Kündigungsschutz kann durch Personalfluktuation entfallen
 

Leitsatz

Sinkt die Anzahl der Alt-Arbeitnehmer auf 5 oder weniger, geht deren Kündigungsschutz unter. Dies gilt auch, wenn zum Ersatz neue Arbeitnehmer eingestellt wurden und der Betrieb durchgehend mehr als 5 Arbeitnehmer beschäftigt.

 

Sachverhalt

Das BAG hat zum Thema Kündigungsschutz in Betrieben mit mehr als 5 und bis höchstens 10 Arbeitnehmern eine lang erwartete Grundsatzentscheidung getroffen. Es ist nun geklärt, dass in solchen Kleinbetrieben der allgemeine Kündigungsschutz (Bestandsschutz) wegfällt, wenn die Anzahl der Altbeschäftigten, d. h. Arbeitnehmern, die schon vor dem 1.1.2004 im Betrieb tätig waren, unter die früher maßgebliche Schwelle von 5,25 Mitarbeitern absinkt.

Hintergrund: Der Schwellenwert für die Geltung des Kündigungsschutzgesetzes ist seit Jahren Gegenstand politischer Auseinandersetzungen.
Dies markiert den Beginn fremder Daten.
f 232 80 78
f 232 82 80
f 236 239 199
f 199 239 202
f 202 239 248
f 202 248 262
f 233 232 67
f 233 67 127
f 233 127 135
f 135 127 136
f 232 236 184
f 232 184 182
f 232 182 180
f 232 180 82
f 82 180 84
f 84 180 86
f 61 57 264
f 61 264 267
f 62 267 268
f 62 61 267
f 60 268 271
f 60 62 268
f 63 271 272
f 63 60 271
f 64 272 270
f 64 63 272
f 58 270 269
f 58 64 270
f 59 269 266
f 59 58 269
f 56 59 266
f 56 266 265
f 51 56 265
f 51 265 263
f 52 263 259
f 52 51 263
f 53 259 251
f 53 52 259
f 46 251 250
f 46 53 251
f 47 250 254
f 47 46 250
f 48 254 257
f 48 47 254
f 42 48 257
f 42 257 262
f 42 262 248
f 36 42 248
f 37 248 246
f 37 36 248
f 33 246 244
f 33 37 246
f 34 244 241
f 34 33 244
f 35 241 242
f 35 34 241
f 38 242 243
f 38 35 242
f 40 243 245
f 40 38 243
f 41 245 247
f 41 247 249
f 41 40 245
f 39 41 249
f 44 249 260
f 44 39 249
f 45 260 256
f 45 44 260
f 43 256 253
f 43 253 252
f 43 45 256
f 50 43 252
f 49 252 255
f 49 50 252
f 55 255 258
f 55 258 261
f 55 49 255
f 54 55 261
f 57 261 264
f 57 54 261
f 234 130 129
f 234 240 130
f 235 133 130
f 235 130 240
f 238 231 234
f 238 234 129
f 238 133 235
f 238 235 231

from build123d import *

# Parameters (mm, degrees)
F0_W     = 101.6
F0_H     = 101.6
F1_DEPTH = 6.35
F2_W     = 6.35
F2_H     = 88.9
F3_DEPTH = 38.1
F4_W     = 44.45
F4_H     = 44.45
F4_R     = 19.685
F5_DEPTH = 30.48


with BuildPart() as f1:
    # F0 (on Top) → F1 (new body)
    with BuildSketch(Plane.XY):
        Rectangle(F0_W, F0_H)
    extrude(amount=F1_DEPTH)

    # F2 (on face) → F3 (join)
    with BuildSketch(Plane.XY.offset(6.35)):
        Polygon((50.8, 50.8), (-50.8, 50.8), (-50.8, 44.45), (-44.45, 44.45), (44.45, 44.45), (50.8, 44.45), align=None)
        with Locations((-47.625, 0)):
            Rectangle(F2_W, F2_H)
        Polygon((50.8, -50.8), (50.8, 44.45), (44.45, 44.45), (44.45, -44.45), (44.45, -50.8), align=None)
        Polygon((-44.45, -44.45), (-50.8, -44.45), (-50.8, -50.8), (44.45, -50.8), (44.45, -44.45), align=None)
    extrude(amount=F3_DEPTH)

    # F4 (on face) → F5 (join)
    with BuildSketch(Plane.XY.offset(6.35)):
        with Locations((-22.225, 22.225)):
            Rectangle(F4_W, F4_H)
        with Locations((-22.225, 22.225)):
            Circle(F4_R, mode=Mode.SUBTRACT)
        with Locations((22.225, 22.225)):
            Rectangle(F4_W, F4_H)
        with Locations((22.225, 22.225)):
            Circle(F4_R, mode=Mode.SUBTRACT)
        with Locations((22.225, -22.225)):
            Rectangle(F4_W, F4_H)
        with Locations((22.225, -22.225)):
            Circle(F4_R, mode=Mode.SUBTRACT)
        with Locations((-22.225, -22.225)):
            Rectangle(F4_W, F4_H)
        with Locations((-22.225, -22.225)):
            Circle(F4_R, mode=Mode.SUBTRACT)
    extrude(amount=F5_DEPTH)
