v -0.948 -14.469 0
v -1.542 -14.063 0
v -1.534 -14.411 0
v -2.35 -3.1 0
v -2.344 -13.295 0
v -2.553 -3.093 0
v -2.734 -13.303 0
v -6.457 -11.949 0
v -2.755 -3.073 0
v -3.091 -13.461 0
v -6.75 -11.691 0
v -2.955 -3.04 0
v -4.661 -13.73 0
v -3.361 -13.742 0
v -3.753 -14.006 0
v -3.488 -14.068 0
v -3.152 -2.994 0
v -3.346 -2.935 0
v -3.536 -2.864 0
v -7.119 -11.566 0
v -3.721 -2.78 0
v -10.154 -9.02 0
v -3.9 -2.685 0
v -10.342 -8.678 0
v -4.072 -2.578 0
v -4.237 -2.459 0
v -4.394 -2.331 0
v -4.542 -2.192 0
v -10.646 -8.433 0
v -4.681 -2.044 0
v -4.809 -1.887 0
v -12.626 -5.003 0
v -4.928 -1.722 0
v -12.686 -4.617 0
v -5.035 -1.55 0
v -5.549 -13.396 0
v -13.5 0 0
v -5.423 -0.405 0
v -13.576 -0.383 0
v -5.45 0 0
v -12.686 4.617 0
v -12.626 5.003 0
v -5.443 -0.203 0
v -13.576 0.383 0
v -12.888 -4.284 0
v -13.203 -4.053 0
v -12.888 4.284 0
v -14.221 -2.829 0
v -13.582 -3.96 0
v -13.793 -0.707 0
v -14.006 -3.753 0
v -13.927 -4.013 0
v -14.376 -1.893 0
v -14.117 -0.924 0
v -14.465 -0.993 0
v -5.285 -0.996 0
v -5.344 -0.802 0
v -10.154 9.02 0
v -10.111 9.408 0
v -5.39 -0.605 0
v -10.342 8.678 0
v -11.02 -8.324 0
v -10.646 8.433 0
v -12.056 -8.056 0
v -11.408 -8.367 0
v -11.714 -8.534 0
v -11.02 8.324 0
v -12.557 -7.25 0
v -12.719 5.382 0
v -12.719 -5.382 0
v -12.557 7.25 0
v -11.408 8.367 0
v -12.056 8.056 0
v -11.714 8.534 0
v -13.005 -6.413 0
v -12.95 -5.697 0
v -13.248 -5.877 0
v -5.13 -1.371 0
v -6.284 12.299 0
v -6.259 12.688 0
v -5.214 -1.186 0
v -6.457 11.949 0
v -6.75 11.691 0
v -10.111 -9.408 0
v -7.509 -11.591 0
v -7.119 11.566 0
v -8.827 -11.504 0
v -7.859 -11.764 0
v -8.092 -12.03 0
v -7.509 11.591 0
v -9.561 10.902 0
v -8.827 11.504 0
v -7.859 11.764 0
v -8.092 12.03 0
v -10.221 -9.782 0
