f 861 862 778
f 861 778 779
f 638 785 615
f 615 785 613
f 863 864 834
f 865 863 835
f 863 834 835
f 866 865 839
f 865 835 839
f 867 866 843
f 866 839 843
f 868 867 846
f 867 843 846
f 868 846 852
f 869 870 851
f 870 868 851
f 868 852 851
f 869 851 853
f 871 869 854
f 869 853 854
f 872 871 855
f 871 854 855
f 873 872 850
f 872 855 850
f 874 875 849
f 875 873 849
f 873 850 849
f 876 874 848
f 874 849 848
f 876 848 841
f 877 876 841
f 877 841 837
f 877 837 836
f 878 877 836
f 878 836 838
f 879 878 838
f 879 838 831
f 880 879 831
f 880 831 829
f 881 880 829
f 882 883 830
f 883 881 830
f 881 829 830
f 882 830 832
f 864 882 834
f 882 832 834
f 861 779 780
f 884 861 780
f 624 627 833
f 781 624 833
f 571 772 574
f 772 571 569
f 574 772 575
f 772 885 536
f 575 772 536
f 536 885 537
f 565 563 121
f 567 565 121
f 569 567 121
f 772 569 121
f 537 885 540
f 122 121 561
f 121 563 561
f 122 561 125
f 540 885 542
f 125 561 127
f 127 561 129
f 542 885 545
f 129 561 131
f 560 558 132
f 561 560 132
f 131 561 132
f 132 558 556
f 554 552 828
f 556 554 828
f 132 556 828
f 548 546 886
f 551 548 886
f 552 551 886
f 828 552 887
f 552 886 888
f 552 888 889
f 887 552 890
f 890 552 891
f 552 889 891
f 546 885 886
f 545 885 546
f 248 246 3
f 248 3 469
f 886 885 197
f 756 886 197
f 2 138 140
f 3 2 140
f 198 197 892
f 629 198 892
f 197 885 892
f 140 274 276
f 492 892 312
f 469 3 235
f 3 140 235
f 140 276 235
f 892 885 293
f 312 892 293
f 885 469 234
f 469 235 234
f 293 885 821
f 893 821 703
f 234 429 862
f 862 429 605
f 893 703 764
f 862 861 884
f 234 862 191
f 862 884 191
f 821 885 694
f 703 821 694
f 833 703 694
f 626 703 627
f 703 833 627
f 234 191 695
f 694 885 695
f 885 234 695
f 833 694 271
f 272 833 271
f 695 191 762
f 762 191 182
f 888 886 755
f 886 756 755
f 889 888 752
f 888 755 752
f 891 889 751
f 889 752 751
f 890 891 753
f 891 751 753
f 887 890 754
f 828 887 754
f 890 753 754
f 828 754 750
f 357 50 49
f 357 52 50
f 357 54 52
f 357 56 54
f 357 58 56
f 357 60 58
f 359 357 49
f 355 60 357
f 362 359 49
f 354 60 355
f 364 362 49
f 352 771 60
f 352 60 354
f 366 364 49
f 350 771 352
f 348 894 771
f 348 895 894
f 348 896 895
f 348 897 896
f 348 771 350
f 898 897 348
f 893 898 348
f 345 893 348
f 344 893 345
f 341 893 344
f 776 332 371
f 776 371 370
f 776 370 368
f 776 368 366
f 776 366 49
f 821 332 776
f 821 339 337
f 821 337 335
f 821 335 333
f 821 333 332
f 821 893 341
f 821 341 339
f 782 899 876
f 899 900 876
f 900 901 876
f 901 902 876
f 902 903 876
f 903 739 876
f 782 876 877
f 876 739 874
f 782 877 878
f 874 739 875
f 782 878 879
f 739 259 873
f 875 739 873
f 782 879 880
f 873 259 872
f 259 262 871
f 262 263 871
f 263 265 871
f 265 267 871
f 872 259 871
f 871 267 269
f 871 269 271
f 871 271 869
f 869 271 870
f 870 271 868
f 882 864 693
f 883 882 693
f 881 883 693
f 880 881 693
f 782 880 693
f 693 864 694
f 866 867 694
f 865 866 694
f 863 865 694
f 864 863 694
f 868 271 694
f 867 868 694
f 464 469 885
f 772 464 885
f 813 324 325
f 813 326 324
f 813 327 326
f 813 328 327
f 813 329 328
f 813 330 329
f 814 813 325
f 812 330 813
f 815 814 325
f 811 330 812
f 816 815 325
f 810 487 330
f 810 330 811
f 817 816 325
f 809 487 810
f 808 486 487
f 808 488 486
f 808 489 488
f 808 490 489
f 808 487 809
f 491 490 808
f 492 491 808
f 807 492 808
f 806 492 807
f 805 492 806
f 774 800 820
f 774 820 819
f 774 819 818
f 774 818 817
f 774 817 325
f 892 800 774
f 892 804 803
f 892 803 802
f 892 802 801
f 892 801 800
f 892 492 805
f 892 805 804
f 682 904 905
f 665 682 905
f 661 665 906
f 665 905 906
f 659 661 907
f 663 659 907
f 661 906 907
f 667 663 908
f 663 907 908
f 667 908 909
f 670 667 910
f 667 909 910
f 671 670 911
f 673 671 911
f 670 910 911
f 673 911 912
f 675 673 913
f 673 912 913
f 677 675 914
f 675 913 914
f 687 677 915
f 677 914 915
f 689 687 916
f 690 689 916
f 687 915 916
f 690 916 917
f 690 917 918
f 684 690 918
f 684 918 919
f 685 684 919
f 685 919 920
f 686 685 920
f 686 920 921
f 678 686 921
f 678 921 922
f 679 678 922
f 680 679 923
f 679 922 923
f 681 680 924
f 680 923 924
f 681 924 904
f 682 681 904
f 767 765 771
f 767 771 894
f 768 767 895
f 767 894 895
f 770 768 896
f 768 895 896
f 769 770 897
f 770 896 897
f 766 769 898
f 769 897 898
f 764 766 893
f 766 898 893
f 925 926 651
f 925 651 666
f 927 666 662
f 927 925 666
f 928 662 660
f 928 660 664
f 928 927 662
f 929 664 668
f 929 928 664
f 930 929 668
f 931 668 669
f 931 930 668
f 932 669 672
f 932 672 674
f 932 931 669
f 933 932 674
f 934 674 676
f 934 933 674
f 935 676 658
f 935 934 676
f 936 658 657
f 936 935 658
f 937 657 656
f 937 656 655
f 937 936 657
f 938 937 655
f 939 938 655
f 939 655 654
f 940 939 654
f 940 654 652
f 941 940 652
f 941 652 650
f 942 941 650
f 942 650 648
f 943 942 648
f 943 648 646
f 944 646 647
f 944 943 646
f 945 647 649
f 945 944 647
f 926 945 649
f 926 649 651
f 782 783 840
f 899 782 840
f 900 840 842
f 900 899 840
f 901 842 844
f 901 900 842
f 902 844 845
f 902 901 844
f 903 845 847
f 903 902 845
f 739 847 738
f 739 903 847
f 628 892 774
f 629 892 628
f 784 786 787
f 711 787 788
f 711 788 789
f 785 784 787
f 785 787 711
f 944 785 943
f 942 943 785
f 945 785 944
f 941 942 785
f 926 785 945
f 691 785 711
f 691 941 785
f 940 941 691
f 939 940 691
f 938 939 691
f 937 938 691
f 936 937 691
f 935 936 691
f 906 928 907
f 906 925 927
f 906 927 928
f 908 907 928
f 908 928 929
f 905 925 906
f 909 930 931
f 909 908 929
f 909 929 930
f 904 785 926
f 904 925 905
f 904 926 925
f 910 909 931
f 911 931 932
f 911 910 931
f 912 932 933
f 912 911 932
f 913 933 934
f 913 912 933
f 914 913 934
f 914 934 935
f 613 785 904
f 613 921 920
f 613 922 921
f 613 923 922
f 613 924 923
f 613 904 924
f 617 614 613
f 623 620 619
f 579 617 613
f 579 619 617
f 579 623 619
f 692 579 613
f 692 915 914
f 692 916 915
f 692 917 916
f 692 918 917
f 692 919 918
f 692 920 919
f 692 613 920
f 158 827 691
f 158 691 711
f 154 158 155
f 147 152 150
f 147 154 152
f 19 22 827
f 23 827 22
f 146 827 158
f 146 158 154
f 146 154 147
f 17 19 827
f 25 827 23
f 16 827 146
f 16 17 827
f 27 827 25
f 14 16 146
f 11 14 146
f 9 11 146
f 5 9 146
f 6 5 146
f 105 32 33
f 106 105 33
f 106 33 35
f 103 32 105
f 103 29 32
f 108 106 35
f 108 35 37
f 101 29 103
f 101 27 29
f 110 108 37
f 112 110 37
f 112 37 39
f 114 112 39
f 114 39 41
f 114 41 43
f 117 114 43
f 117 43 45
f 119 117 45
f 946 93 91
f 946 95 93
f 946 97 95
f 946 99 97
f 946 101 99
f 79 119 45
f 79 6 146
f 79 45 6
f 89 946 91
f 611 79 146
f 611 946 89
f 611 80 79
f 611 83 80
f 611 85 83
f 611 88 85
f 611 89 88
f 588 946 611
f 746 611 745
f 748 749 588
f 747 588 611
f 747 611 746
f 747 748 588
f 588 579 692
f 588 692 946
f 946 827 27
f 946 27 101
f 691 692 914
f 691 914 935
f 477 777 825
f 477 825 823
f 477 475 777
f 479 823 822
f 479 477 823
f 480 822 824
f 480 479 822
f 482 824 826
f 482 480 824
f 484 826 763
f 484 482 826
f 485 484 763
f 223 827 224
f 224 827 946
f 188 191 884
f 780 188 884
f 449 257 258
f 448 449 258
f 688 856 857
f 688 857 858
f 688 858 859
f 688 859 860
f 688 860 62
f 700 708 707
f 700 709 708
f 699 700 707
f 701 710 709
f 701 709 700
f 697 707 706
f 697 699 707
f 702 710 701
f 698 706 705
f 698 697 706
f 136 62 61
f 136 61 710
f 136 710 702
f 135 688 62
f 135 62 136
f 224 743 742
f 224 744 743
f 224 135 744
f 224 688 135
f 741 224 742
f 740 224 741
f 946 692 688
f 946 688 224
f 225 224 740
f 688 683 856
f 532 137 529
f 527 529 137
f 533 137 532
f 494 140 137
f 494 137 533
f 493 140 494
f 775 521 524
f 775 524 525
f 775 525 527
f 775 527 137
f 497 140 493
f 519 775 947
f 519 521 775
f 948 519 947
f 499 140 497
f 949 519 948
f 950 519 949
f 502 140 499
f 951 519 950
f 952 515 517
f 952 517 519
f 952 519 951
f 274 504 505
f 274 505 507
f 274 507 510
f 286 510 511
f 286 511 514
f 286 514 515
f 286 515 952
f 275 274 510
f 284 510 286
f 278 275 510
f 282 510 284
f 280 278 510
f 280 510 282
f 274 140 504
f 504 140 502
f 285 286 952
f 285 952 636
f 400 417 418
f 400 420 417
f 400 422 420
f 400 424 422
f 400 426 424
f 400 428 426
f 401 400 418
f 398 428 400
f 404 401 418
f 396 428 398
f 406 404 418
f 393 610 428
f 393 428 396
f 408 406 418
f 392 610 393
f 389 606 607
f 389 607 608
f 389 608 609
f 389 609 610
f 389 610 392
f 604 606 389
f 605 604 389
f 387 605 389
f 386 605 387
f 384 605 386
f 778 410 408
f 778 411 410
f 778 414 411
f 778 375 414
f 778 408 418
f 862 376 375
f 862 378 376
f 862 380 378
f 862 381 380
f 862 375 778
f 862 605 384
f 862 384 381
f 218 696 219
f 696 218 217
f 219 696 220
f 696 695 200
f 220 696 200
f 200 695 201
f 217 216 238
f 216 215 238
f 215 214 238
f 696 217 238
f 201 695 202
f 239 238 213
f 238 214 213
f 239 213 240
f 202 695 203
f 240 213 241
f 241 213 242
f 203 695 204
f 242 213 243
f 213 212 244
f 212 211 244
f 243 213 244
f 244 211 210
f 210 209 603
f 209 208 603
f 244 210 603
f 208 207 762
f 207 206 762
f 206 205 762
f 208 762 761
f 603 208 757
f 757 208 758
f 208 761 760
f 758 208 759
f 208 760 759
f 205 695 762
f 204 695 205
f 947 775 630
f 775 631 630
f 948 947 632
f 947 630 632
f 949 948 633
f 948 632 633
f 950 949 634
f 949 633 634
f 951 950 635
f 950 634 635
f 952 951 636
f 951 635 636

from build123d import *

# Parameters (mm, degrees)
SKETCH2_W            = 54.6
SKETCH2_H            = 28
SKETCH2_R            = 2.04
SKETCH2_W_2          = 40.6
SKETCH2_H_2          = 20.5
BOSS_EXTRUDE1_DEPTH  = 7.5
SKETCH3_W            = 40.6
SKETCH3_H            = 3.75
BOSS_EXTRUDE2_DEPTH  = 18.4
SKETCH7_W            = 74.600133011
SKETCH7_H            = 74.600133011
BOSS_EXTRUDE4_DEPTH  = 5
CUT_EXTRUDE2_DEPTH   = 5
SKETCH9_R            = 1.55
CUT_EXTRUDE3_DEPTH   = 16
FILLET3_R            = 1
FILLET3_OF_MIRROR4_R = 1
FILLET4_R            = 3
Nachdem zunächst die Schwelle von 5 auf 10 Mitarbeiter heraufgesetzt wurde und dies 1999 rückgängig gemacht wurde, erfolgte zum 1.1.2004 eine erneute Heraufsetzung des Schwellenwerts auf 10. Zugleich sollte aber den Arbeitnehmern in Betrieben mit mehr als 5 und bis zu 10 Mitarbeitern ein gewisser Bestandschutz erhalten bleiben § 23 KSchG).

Der allgemeine Kündigungsschutz gilt nach § 23 Abs. 1 Satz 2 KSchG nur in Betrieben mit mehr als 5 Arbeitnehmern. Ab dem 1.1.2004 neu eingestellte Arbeitnehmer – Neuarbeitnehmer – können Kündigungsschutz für sich jedoch nur beanspruchen, wenn im Betrieb mehr als 10 Mitarbeiter beschäftigt sind. Für die Altbeschäftigten bleibt damit zunächst der Schwellenwert 5 maßgeblich. Fraglich war, ob Altbeschäftigte ihren Kündigungsschutz durch das Ausscheiden anderer Altbeschäftigter einbüßen können, wenn dadurch nur noch 5 oder weniger Altbeschäftigte übrig bleiben, und zwar auch in dem Fall, in dem für die ausscheidenden Kollegen neue Mitarbeiter eingestellt wurden.

Nach § 23 Abs. 1 Satz 3 KSchG sind Neuarbeitnehmer bei der Prüfung, ob die Altarbeitnehmer ihren Kündigungsschutz verlieren (wegen Erreichens oder Unterschreitung der Schwelle von 5) nicht mitzuzählen, es sei denn, der Betrieb beschäftigt insgesamt mehr als 10 (alte und/oder neue) Arbeitnehmer – dann kommt es auf diese Berechnung nicht mehr an, da ohnehin alle Beschäftigten Kündigungsschutz genießen. In Betrieben mit mehr als 5 und bis zu 10 Arbeitnehmern kann es jedoch zu der Konstellation kommen, dass manche Arbeitnehmer Kündigungsschutz genießen, die Altbeschäftigten, und andere, die Neuarbeitnehmer, nicht.

Das BAG hat sich der Vorinstanz angeschlossen und noch einmal klargestellt: Grundsätzlich besteht Kündigungsschutz nur in Betrieben mit mehr als 10 Arbeitnehmern. Für Arbeitnehmer, die am 31.12.2003 bereits im Betrieb beschäftigt waren und Kündigungsschutz hatten, gilt der ursprüngliche Schwellenwert weiter, d. h. Kündigungsschutz besteht bereits bei mehr als 5 Arbeitnehmern. Mitgezählt werden jedoch nur die Mitarbeiter, die ebenfalls am 31.12.2003 bereits beschäftigt waren, so dass eine Personalfluktuation im Folgezeitraum den Kündigungsschutz zu Fall bringen kann.

 

Link zur Entscheidung

BAG, Urteil v. 21.9.2006, 2 AZR 840/05. – Vgl. zu Kündigung und Kündigungsschutz auch Gruppe 19 S. 199; HI1537681.